Collected data
━━━━
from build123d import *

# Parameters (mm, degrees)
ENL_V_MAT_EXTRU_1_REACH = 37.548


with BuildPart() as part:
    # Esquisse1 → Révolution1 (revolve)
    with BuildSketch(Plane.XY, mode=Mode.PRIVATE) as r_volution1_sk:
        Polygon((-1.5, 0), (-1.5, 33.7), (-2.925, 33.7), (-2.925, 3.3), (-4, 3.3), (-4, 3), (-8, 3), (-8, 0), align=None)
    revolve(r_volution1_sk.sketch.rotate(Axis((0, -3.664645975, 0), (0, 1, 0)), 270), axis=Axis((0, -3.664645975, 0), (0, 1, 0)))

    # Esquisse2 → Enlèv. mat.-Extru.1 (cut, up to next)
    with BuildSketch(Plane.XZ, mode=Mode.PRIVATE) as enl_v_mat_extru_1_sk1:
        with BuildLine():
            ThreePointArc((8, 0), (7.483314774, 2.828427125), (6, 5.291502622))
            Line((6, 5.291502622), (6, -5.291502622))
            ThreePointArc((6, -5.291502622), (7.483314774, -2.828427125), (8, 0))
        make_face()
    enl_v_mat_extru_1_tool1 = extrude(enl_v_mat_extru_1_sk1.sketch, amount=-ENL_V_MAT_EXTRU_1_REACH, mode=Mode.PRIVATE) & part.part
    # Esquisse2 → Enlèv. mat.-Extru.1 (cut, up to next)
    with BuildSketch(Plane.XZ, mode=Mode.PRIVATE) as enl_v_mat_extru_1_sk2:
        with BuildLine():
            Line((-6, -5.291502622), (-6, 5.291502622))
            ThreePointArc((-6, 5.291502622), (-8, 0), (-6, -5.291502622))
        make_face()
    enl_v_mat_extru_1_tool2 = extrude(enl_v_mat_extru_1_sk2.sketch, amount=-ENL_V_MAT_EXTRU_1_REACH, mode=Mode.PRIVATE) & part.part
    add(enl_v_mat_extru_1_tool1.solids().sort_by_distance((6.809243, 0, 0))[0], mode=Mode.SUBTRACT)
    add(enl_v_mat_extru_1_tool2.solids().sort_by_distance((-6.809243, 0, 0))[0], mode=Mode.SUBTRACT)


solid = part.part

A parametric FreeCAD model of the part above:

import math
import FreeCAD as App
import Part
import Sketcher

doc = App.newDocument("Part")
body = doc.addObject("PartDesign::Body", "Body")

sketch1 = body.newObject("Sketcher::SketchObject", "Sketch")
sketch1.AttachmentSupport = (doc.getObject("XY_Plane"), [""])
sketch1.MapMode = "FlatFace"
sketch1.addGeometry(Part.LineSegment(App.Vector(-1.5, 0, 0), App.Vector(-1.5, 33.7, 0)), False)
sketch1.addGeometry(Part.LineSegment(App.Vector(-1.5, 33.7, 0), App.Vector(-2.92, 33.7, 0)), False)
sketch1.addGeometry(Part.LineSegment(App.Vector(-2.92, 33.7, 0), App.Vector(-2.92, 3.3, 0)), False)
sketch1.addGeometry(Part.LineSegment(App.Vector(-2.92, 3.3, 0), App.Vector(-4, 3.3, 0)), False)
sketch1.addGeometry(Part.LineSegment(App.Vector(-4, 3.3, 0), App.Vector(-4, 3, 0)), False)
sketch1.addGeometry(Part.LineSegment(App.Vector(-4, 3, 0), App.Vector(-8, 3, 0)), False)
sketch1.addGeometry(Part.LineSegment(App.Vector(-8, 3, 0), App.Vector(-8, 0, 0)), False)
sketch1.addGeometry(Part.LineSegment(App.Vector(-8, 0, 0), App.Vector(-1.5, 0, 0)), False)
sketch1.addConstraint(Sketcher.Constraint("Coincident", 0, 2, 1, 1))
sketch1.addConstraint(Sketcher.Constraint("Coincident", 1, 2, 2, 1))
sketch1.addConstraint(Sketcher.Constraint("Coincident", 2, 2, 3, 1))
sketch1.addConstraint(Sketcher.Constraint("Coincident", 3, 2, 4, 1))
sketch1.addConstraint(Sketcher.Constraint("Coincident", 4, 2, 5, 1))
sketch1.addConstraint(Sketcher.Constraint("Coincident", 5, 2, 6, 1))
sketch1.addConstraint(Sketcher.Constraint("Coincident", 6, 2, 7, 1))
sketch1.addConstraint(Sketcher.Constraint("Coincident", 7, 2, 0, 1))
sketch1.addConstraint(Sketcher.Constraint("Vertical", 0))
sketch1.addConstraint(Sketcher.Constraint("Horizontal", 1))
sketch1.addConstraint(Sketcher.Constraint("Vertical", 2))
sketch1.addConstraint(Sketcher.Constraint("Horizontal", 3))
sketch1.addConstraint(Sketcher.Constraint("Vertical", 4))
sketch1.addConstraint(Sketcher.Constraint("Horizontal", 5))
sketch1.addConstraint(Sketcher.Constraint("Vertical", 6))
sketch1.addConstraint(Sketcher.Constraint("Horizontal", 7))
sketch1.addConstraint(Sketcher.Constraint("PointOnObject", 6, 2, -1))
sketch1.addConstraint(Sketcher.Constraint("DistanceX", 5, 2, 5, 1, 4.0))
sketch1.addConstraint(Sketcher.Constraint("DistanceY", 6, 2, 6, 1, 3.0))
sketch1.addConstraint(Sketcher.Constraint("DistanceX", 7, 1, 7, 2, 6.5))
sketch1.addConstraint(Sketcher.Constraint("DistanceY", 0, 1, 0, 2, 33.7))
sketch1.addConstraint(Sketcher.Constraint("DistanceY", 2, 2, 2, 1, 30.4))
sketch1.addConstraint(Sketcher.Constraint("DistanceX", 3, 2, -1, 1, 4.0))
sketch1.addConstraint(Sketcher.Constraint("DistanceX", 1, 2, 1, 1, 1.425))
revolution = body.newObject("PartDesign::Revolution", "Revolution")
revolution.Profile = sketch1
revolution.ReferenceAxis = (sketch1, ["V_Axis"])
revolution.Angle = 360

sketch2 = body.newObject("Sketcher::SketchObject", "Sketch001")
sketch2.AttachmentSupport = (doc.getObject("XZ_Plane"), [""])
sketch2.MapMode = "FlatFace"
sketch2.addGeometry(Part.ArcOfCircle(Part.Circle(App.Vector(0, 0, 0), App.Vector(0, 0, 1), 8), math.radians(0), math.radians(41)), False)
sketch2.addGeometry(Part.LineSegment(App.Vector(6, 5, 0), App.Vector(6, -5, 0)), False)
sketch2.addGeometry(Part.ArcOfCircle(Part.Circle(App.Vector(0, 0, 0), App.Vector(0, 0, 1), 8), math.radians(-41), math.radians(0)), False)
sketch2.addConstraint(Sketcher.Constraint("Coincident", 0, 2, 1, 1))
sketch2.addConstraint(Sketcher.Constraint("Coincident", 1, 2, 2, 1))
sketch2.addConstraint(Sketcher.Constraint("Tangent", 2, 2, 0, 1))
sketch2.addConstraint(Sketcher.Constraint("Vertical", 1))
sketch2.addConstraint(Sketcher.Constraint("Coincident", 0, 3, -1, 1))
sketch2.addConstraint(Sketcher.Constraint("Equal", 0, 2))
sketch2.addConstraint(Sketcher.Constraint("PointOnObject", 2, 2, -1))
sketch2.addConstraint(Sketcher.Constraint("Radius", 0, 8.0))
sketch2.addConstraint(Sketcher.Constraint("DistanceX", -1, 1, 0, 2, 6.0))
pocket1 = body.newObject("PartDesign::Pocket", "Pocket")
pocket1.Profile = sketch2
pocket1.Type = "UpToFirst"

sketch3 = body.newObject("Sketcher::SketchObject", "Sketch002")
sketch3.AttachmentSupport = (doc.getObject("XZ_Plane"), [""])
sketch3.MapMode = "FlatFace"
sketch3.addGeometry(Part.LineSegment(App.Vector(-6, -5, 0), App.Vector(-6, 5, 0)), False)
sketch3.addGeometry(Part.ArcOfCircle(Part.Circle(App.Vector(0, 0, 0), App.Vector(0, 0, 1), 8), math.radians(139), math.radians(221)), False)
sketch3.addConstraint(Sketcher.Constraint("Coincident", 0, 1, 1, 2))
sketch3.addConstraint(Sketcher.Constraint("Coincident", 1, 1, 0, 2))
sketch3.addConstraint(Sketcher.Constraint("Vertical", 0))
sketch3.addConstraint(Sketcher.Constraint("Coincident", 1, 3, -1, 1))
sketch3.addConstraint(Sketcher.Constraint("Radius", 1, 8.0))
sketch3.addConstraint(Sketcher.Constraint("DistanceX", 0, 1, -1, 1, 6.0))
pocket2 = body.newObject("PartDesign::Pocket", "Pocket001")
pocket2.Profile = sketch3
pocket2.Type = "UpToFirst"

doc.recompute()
━━━━
#### Work item
Only the lines above from the one with "(-8, 0), align=None)" up to and including the one with "A parametric FreeCAD" should be repeated, exactly as written.

#### Solution for this problem
        Polygon((-1.5, 0), (-1.5, 33.7), (-2.925, 33.7), (-2.925, 3.3), (-4, 3.3), (-4, 3), (-8, 3), (-8, 0), align=None)
    revolve(r_volution1_sk.sketch.rotate(Axis((0, -3.664645975, 0), (0, 1, 0)), 270), axis=Axis((0, -3.664645975, 0), (0, 1, 0)))

    # Esquisse2 → Enlèv. mat.-Extru.1 (cut, up to next)
    with BuildSketch(Plane.XZ, mode=Mode.PRIVATE) as enl_v_mat_extru_1_sk1:
        with BuildLine():
            ThreePointArc((8, 0), (7.483314774, 2.828427125), (6, 5.291502622))
            Line((6, 5.291502622), (6, -5.291502622))
            ThreePointArc((6, -5.291502622), (7.483314774, -2.828427125), (8, 0))
        make_face()
    enl_v_mat_extru_1_tool1 = extrude(enl_v_mat_extru_1_sk1.sketch, amount=-ENL_V_MAT_EXTRU_1_REACH, mode=Mode.PRIVATE) & part.part
    # Esquisse2 → Enlèv. mat.-Extru.1 (cut, up to next)
    with BuildSketch(Plane.XZ, mode=Mode.PRIVATE) as enl_v_mat_extru_1_sk2:
        with BuildLine():
            Line((-6, -5.291502622), (-6, 5.291502622))
            ThreePointArc((-6, 5.291502622), (-8, 0), (-6, -5.291502622))
        make_face()
    enl_v_mat_extru_1_tool2 = extrude(enl_v_mat_extru_1_sk2.sketch, amount=-ENL_V_MAT_EXTRU_1_REACH, mode=Mode.PRIVATE) & part.part
    add(enl_v_mat_extru_1_tool1.solids().sort_by_distance((6.809243, 0, 0))[0], mode=Mode.SUBTRACT)
    add(enl_v_mat_extru_1_tool2.solids().sort_by_distance((-6.809243, 0, 0))[0], mode=Mode.SUBTRACT)


solid = part.part

A parametric FreeCAD model of the part above:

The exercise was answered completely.